*Stored data*.

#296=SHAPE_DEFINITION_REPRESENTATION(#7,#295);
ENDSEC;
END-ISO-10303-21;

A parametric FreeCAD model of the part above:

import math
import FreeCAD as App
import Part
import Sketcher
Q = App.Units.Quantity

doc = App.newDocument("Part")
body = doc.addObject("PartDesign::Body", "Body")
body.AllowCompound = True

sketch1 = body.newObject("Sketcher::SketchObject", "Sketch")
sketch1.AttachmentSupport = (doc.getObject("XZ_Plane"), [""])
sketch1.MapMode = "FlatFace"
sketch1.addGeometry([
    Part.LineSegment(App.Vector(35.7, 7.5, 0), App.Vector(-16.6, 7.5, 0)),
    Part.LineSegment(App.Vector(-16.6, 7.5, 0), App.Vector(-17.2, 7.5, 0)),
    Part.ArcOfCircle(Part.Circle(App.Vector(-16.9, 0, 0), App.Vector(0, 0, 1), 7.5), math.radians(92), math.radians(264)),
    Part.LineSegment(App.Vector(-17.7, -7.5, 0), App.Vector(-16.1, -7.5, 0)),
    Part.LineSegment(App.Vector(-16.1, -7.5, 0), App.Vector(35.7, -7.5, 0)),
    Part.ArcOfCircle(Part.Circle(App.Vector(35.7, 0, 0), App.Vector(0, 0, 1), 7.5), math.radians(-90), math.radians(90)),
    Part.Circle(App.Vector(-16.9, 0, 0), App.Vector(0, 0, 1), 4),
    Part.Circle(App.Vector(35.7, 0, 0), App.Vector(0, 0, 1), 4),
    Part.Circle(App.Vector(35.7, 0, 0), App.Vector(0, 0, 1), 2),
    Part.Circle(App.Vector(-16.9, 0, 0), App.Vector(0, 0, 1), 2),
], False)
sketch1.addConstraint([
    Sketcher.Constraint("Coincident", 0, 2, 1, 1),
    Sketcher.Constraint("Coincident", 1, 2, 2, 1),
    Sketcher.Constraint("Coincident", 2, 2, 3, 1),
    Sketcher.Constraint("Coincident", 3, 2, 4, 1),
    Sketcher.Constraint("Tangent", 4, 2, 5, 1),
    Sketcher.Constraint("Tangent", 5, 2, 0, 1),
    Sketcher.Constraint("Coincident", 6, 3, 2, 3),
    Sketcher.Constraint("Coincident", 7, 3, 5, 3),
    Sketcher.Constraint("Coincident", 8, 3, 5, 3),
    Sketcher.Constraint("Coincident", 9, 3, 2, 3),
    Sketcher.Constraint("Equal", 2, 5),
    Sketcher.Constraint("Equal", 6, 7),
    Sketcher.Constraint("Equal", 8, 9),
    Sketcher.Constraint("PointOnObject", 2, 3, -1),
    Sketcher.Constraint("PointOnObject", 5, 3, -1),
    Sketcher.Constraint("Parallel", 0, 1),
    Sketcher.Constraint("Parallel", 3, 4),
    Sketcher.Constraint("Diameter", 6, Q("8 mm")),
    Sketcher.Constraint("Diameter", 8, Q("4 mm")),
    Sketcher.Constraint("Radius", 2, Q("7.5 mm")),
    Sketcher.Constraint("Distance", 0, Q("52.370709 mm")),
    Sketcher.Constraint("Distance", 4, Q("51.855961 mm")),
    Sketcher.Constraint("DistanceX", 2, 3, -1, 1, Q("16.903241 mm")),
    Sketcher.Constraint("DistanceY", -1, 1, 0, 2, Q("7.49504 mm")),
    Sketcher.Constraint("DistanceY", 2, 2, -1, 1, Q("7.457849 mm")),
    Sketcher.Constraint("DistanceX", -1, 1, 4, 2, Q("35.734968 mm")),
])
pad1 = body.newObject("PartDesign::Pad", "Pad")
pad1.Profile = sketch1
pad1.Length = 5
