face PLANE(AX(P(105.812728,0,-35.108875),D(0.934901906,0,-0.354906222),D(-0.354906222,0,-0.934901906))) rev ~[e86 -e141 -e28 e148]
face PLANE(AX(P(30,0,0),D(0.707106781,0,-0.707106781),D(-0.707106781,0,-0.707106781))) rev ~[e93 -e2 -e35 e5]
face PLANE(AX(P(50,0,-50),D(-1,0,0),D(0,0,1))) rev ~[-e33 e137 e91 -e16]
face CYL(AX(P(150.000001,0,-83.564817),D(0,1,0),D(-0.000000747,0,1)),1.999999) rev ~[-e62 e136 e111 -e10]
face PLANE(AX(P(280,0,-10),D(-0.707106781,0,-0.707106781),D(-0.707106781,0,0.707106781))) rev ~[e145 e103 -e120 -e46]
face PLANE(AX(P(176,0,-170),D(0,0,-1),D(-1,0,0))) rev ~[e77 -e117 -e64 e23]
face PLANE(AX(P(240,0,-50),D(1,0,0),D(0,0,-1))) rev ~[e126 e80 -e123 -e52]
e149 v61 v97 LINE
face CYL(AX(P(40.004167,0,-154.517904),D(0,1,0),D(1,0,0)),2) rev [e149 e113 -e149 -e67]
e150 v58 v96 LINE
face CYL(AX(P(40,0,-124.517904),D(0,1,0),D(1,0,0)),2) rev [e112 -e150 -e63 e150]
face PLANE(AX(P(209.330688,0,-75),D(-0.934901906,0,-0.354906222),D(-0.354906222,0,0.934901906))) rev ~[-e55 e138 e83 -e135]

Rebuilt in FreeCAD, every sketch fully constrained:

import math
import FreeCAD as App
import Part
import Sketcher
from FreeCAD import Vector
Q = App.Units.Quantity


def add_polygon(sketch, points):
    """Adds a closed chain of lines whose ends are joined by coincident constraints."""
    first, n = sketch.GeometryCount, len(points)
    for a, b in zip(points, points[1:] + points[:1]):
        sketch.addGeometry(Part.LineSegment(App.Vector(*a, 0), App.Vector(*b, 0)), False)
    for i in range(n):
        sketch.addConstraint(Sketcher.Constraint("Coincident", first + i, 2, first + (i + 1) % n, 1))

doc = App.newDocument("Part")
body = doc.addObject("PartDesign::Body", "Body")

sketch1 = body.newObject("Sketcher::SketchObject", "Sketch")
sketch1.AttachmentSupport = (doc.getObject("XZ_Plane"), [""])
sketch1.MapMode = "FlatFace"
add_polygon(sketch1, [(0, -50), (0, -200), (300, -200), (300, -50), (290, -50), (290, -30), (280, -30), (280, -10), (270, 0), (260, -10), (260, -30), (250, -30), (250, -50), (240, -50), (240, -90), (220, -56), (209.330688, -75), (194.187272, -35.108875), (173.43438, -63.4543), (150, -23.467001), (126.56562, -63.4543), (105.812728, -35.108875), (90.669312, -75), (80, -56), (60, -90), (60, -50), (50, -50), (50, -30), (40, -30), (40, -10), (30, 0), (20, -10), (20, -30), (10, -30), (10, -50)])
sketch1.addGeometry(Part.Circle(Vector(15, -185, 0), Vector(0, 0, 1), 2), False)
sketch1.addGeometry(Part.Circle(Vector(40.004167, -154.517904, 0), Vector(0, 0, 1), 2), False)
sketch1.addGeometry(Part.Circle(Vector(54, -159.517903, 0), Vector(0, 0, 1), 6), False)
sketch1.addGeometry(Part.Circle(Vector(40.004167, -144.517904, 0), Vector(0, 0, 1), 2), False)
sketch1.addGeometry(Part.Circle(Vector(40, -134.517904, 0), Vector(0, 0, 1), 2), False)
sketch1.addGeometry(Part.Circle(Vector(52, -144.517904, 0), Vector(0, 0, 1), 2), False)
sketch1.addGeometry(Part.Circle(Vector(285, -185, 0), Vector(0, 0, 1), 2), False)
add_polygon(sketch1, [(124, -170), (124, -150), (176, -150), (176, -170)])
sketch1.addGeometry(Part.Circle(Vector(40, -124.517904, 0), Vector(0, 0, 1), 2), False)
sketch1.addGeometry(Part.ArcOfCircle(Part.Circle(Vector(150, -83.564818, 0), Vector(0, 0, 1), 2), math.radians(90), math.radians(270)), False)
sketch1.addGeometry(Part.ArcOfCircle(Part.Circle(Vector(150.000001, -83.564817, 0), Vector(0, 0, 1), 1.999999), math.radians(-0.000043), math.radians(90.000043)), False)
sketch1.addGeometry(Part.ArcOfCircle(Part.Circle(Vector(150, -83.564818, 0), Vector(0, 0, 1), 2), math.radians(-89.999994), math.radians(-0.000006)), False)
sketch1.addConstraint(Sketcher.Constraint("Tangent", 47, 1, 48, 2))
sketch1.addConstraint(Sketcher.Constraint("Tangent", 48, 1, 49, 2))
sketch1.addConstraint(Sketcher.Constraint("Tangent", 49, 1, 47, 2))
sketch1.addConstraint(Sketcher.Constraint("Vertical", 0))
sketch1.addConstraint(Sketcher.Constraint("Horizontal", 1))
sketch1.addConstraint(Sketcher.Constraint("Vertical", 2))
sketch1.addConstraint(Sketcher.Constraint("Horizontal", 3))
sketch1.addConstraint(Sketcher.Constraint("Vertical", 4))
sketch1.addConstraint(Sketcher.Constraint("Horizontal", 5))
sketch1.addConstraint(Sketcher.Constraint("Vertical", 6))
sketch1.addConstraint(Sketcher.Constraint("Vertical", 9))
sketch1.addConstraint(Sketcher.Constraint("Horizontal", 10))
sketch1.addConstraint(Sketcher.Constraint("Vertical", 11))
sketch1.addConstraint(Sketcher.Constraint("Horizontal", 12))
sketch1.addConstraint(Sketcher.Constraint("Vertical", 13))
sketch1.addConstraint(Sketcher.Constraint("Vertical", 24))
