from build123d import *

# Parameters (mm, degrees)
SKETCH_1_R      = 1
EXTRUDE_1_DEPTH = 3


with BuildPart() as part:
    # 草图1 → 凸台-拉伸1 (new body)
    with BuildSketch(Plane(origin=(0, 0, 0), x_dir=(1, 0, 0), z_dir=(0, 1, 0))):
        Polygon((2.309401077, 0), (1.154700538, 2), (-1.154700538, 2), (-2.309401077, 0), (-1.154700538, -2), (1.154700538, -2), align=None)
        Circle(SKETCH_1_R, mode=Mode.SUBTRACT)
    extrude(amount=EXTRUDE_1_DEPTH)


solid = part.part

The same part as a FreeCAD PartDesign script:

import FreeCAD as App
import Part
import Sketcher
from FreeCAD import Vector
Q = App.Units.Quantity

doc = App.newDocument("Part")
params = doc.addObject("Spreadsheet::Sheet", "Params")
for row, (alias, value) in enumerate([
    ("sketch1_diameter", "2 mm"),
    ("pad1_length", "3 mm"),
], start=1):
    params.set(f"A{row}", alias)
    params.set(f"B{row}", "=" + value)
    params.setAlias(f"B{row}", alias)

body = doc.addObject("PartDesign::Body", "Body")

# Sketch on XZ plane
sketch1 = body.newObject("Sketcher::SketchObject", "Sketch")
sketch1.AttachmentSupport = (doc.getObject("XZ_Plane"), [""])
sketch1.MapMode = "FlatFace"
sketch1.addGeometry(Part.LineSegment(Vector(2.3, 0, 0), Vector(1.2, -2, 0)), False)
sketch1.addGeometry(Part.LineSegment(Vector(1.2, -2, 0), Vector(-1.2, -2, 0)), False)
sketch1.addGeometry(Part.LineSegment(Vector(-1.2, -2, 0), Vector(-2.3, 0, 0)), False)
sketch1.addGeometry(Part.LineSegment(Vector(-2.3, 0, 0), Vector(-1.2, 2, 0)), False)
sketch1.addGeometry(Part.LineSegment(Vector(-1.2, 2, 0), Vector(1.2, 2, 0)), False)
sketch1.addGeometry(Part.LineSegment(Vector(1.2, 2, 0), Vector(2.3, 0, 0)), False)
sketch1.addGeometry(Part.Circle(Vector(0, 0, 0), Vector(0, 0, 1), 1), False)
sketch1.addConstraint(Sketcher.Constraint("Coincident", 0, 2, 1, 1))
sketch1.addConstraint(Sketcher.Constraint("Coincident", 1, 2, 2, 1))
sketch1.addConstraint(Sketcher.Constraint("Coincident", 2, 2, 3, 1))
sketch1.addConstraint(Sketcher.Constraint("Coincident", 3, 2, 4, 1))
sketch1.addConstraint(Sketcher.Constraint("Coincident", 4, 2, 5, 1))
sketch1.addConstraint(Sketcher.Constraint("Coincident", 5, 2, 0, 1))
sketch1.addConstraint(Sketcher.Constraint("Horizontal", 1))
sketch1.addConstraint(Sketcher.Constraint("Horizontal", 4))
sketch1.addConstraint(Sketcher.Constraint("Coincident", 6, 3, -1, 1))
sketch1.addConstraint(Sketcher.Constraint("Symmetric", 0, 2, 3, 2, -1, 1))
sketch1.addConstraint(Sketcher.Constraint("Symmetric", 2, 2, 5, 2, -1, 1))
sketch1.addConstraint(Sketcher.Constraint("PointOnObject", 2, 2, -1))
sketch1.addConstraint(Sketcher.Constraint("Parallel", 2, 5))
sketch1.addConstraint(Sketcher.Constraint("Vertical", 1, 2, 3, 2))
sketch1.addConstraint(Sketcher.Constraint("Diameter", 6, Q("2 mm")))
sketch1.addConstraint(Sketcher.Constraint("Angle", 0, Q("-120 deg")))
sketch1.addConstraint(Sketcher.Constraint("DistanceY", 0, 2, -1, 1, Q("2 mm")))
sketch1.addConstraint(Sketcher.Constraint("DistanceX", 1, 2, 1, 1, Q("2.309401 mm")))
sketch1.setExpression("Constraints[14]", "Params.sketch1_diameter")
pad1 = body.newObject("PartDesign::Pad", "Pad")
pad1.Profile = sketch1
pad1.setExpression("Length", "Params.pad1_length")
pad1.Reversed = True

doc.recompute()
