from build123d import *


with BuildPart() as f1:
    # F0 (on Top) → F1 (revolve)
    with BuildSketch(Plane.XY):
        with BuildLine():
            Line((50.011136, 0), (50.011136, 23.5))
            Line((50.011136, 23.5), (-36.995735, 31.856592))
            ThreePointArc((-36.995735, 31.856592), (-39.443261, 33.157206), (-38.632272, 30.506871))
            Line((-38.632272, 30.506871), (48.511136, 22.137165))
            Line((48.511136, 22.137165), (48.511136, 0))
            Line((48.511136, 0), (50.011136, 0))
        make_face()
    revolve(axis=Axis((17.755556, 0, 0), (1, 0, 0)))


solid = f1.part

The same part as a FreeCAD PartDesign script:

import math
import FreeCAD as App
import Part
import Sketcher

doc = App.newDocument("Part")
body = doc.addObject("PartDesign::Body", "Body")

# Sketch on XY plane
sketch1 = body.newObject("Sketcher::SketchObject", "Sketch")
sketch1.AttachmentSupport = (doc.getObject("XY_Plane"), [""])
sketch1.MapMode = "FlatFace"
sketch1.addGeometry([
    Part.LineSegment(App.Vector(50.011136, 0, 0), App.Vector(50.011136, 23.5, 0)),  # 0
    Part.LineSegment(App.Vector(50.011136, 23.5, 0), App.Vector(-36.995735, 31.856592, 0)),  # 1
    Part.ArcOfCircle(Part.Circle(App.Vector(-38.488864, 32, 0), App.Vector(0, 0, 1), 1.5), math.radians(-5.486158), math.radians(264.513835)),  # 2
    Part.LineSegment(App.Vector(-38.632272, 30.506871, 0), App.Vector(48.511136, 22.137165, 0)),  # 3
    Part.LineSegment(App.Vector(48.511136, 22.137165, 0), App.Vector(48.511136, 0, 0)),  # 4
    Part.LineSegment(App.Vector(48.511136, 0, 0), App.Vector(50.011136, 0, 0)),  # 5
], False)
sketch1.addConstraint([
    Sketcher.Constraint("Coincident", 0, 2, 1, 1),
    Sketcher.Constraint("Coincident", 1, 2, 2, 1),
    Sketcher.Constraint("Tangent", 2, 2, 3, 1),
    Sketcher.Constraint("Coincident", 3, 2, 4, 1),
    Sketcher.Constraint("Coincident", 4, 2, 5, 1),
    Sketcher.Constraint("Coincident", 5, 2, 0, 1),
    Sketcher.Constraint("Vertical", 0),
    Sketcher.Constraint("Vertical", 4),
    Sketcher.Constraint("Horizontal", 5),
    Sketcher.Constraint("PointOnObject", 4, 2, -1),
    Sketcher.Constraint("Parallel", 1, 3),
    Sketcher.Constraint("Radius", 2, 1.5),
    Sketcher.Constraint("DistanceX", 5, 1, 5, 2, 1.5),
    Sketcher.Constraint("DistanceY", 0, 1, 0, 2, 23.5),
    Sketcher.Constraint("DistanceY", -1, 1, 2, 3, 32.0),
    Sketcher.Constraint("DistanceX", 2, 3, 3, 2, 87.0),
    Sketcher.Constraint("Distance", 3, 87.54442),
    Sketcher.Constraint("DistanceX", 2, 2, -1, 1, 38.632272),
])
revolution = body.newObject("PartDesign::Revolution", "Revolution")
revolution.Profile = sketch1
revolution.ReferenceAxis = (sketch1, ["H_Axis"])
revolution.Angle = 360

doc.recompute()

*What needs to be done*. Whenever a line of the listing above holds the word "Equal", copy that line.

*Reply to the task*.
    Sketcher.Constraint("Equal", 2, 5),
    Sketcher.Constraint("Equal", 6, 7),
    Sketcher.Constraint("Equal", 8, 9),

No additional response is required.